'''
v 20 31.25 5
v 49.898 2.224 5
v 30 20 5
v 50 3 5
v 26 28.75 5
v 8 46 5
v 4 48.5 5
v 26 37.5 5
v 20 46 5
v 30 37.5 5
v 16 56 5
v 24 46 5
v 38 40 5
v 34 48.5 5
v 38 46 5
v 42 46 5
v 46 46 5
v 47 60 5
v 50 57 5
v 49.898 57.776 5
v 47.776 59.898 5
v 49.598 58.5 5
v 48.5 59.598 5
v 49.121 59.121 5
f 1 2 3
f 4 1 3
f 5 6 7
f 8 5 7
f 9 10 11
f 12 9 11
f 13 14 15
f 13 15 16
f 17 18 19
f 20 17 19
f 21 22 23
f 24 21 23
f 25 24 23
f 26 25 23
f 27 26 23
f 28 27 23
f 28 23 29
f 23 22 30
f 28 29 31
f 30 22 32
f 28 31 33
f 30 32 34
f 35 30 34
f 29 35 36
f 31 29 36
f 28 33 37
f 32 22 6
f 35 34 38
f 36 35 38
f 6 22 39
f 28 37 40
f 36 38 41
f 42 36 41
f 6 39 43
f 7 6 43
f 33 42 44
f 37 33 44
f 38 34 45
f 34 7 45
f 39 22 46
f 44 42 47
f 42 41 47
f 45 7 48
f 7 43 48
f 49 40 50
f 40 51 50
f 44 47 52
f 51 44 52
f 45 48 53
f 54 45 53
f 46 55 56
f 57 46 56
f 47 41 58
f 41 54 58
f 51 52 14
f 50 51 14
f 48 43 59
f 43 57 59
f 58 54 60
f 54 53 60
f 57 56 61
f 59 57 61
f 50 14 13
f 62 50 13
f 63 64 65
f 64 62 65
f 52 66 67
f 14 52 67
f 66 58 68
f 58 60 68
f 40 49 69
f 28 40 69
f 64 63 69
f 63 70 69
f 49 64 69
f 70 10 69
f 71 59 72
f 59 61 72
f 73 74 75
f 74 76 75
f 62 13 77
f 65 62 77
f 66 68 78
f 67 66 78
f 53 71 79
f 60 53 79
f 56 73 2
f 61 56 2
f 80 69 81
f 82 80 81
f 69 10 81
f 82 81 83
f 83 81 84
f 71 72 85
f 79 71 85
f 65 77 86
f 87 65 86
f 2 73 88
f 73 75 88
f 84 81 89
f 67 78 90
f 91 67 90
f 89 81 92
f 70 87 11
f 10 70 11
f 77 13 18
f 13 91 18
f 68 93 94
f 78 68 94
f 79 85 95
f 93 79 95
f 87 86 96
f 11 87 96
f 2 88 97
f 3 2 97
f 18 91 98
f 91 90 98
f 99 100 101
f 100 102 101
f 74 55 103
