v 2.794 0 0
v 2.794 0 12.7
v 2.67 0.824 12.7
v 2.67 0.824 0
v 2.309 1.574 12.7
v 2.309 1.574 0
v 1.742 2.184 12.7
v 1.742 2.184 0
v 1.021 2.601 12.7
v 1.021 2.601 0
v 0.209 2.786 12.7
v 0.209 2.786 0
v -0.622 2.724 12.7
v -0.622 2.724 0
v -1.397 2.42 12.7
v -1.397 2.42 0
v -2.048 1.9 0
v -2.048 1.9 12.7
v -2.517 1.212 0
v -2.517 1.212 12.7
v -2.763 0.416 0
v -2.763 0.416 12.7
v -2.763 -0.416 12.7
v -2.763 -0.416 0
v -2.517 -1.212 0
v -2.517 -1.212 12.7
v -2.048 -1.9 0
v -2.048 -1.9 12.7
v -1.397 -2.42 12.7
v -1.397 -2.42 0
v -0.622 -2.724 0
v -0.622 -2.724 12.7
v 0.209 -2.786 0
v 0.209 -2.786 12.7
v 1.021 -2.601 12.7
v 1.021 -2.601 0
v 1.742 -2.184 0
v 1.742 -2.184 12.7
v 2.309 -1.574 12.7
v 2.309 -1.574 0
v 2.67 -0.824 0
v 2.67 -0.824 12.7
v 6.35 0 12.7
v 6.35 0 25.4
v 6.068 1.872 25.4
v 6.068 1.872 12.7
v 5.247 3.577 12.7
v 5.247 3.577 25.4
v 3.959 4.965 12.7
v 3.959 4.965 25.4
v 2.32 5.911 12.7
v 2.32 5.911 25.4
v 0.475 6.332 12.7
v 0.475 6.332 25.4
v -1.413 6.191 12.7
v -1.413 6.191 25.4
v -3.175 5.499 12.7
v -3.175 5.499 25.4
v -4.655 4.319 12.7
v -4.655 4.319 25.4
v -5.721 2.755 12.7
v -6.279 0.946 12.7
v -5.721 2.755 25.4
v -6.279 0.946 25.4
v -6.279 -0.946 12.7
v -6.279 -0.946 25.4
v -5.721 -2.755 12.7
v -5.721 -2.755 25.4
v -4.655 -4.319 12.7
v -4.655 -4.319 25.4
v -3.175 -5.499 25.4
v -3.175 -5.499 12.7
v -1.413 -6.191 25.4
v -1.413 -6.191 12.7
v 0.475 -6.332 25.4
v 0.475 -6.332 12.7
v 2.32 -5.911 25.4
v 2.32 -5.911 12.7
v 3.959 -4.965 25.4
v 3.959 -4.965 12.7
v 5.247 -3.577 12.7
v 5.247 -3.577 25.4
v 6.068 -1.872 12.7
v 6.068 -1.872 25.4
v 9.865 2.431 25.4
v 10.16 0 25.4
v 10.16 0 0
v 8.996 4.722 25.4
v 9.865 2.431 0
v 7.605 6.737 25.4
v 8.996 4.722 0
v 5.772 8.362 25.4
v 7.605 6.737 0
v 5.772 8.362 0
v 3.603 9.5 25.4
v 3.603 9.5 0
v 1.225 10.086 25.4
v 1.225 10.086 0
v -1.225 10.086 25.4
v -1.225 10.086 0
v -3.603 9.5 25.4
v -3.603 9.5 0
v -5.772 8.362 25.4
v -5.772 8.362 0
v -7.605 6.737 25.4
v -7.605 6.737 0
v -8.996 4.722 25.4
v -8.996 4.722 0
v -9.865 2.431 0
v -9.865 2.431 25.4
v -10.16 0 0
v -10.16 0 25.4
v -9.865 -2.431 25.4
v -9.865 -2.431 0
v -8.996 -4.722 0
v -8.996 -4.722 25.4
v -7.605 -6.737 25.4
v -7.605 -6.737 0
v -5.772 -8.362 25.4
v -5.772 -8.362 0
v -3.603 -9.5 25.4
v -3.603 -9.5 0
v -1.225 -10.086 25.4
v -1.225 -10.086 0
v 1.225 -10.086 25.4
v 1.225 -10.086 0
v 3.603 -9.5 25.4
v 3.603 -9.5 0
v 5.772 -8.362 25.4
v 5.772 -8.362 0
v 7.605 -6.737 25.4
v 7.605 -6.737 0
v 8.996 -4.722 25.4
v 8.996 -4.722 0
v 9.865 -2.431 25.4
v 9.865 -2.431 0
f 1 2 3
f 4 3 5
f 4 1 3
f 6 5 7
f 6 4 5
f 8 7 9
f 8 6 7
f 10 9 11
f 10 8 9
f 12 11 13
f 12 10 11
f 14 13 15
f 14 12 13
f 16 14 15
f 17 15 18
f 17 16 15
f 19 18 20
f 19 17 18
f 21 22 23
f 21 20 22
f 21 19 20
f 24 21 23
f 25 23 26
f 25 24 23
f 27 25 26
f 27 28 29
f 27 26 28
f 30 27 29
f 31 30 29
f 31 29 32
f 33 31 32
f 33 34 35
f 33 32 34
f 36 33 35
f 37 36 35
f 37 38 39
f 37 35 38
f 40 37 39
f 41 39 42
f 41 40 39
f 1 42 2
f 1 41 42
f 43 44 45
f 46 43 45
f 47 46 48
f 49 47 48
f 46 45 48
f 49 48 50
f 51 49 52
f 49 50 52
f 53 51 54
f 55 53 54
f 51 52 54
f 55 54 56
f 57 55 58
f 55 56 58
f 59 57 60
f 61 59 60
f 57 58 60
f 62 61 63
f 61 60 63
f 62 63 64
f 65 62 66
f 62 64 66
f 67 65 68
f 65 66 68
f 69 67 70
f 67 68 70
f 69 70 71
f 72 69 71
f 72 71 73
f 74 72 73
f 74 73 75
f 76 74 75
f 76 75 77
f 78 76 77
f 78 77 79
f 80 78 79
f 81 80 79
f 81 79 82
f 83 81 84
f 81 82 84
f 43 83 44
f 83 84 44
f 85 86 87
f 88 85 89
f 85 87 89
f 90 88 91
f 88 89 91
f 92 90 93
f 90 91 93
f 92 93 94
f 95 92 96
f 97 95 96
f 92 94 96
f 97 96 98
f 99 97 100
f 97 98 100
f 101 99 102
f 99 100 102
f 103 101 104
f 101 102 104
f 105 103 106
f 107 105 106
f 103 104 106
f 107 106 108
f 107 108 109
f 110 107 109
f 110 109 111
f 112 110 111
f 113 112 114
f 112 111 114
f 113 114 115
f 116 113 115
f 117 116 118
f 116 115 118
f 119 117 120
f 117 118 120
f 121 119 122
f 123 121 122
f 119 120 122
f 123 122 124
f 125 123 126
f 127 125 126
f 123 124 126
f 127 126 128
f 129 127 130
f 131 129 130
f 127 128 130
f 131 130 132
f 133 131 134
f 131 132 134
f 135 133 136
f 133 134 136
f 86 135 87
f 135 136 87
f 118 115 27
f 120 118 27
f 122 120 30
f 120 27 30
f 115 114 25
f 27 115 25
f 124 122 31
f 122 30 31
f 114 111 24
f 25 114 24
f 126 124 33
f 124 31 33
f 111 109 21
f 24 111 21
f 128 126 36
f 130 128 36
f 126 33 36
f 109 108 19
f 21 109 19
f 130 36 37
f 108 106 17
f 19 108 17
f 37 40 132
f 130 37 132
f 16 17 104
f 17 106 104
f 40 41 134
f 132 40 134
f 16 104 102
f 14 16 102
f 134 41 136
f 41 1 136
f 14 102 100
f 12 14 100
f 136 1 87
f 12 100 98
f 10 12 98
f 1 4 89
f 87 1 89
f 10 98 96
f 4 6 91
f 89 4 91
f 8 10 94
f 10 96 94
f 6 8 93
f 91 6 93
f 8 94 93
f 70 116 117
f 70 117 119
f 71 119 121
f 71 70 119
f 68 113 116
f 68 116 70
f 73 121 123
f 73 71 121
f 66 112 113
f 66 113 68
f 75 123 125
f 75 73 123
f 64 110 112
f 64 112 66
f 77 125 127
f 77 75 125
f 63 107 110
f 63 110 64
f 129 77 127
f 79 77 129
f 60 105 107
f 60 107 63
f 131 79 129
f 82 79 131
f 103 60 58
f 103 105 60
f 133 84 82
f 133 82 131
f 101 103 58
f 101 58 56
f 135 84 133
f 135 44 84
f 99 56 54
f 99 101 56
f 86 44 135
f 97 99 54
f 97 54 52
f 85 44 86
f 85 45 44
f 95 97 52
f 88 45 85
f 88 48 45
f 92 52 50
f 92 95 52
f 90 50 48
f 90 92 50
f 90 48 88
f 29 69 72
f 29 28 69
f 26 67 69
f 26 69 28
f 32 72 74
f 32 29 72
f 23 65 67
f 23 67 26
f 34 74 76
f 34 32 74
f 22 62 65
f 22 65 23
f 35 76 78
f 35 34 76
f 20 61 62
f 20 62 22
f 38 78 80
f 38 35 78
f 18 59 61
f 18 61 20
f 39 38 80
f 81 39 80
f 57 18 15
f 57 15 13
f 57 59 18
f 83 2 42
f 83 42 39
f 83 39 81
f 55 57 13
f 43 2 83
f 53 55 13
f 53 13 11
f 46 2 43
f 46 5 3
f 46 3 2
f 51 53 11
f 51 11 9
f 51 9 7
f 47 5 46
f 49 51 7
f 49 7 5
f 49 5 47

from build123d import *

# Parameters (mm, degrees)
F0_R     = 10.16
F1_DEPTH = 25.4
F2_R     = 2.794
F3_DEPTH = 76.2
F4_R     = 6.35
F5_DEPTH = 12.7


with BuildPart() as f1:
    # F0 (on Top) → F1 (new body)
    with BuildSketch(Plane.XY):
        Circle(F0_R)
    extrude(amount=F1_DEPTH)

    # F2 (on face) → F3 (cut)
    with BuildSketch(Plane.XY):
        Circle(F2_R)
    extrude(amount=F3_DEPTH, mode=Mode.SUBTRACT)

    # F4 (on face) → F5 (cut)
    with BuildSketch(Plane.XY.offset(25.4)):
        Circle(F4_R)
    extrude(amount=-F5_DEPTH, mode=Mode.SUBTRACT)


solid = f1.part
'''
**Work to complete**: Starting with the first line of the entries, transcribe every line up to and including the one with "v -2.763 -0.416 0".

**Solution for this task**:
v 20 31.25 5
v 49.898 2.224 5
v 30 20 5
v 50 3 5
v 26 28.75 5
v 8 46 5
v 4 48.5 5
v 26 37.5 5
v 20 46 5
v 30 37.5 5
v 16 56 5
v 24 46 5
v 38 40 5
v 34 48.5 5
v 38 46 5
v 42 46 5
v 46 46 5
v 47 60 5
v 50 57 5
v 49.898 57.776 5
v 47.776 59.898 5
v 49.598 58.5 5
v 48.5 59.598 5
v 49.121 59.121 5
f 1 2 3
f 4 1 3
f 5 6 7
f 8 5 7
f 9 10 11
f 12 9 11
f 13 14 15
f 13 15 16
f 17 18 19
f 20 17 19
f 21 22 23
f 24 21 23
f 25 24 23
f 26 25 23
f 27 26 23
f 28 27 23
f 28 23 29
f 23 22 30
f 28 29 31
f 30 22 32
f 28 31 33
f 30 32 34
f 35 30 34
f 29 35 36
f 31 29 36
f 28 33 37
f 32 22 6
f 35 34 38
f 36 35 38
f 6 22 39
f 28 37 40
f 36 38 41
f 42 36 41
f 6 39 43
f 7 6 43
f 33 42 44
f 37 33 44
f 38 34 45
f 34 7 45
f 39 22 46
f 44 42 47
f 42 41 47
f 45 7 48
f 7 43 48
f 49 40 50
f 40 51 50
f 44 47 52
f 51 44 52
f 45 48 53
f 54 45 53
f 46 55 56
f 57 46 56
f 47 41 58
f 41 54 58
f 51 52 14
f 50 51 14
f 48 43 59
f 43 57 59
f 58 54 60
f 54 53 60
f 57 56 61
f 59 57 61
f 50 14 13
f 62 50 13
f 63 64 65
f 64 62 65
f 52 66 67
f 14 52 67
f 66 58 68
f 58 60 68
f 40 49 69
f 28 40 69
f 64 63 69
f 63 70 69
f 49 64 69
f 70 10 69
f 71 59 72
f 59 61 72
f 73 74 75
f 74 76 75
f 62 13 77
f 65 62 77
f 66 68 78
f 67 66 78
f 53 71 79
f 60 53 79
f 56 73 2
f 61 56 2
f 80 69 81
f 82 80 81
f 69 10 81
f 82 81 83
f 83 81 84
f 71 72 85
f 79 71 85
f 65 77 86
f 87 65 86
f 2 73 88
f 73 75 88
f 84 81 89
f 67 78 90
f 91 67 90
f 89 81 92
f 70 87 11
f 10 70 11
f 77 13 18
f 13 91 18
f 68 93 94
f 78 68 94
f 79 85 95
f 93 79 95
f 87 86 96
f 11 87 96
f 2 88 97
f 3 2 97
f 18 91 98
f 91 90 98
f 99 100 101
f 100 102 101
f 74 55 103
v 2.794 0 0
v 2.794 0 12.7
v 2.67 0.824 12.7
v 2.67 0.824 0
v 2.309 1.574 12.7
v 2.309 1.574 0
v 1.742 2.184 12.7
v 1.742 2.184 0
v 1.021 2.601 12.7
v 1.021 2.601 0
v 0.209 2.786 12.7
v 0.209 2.786 0
v -0.622 2.724 12.7
v -0.622 2.724 0
v -1.397 2.42 12.7
v -1.397 2.42 0
v -2.048 1.9 0
v -2.048 1.9 12.7
v -2.517 1.212 0
v -2.517 1.212 12.7
v -2.763 0.416 0
v -2.763 0.416 12.7
v -2.763 -0.416 12.7
v -2.763 -0.416 0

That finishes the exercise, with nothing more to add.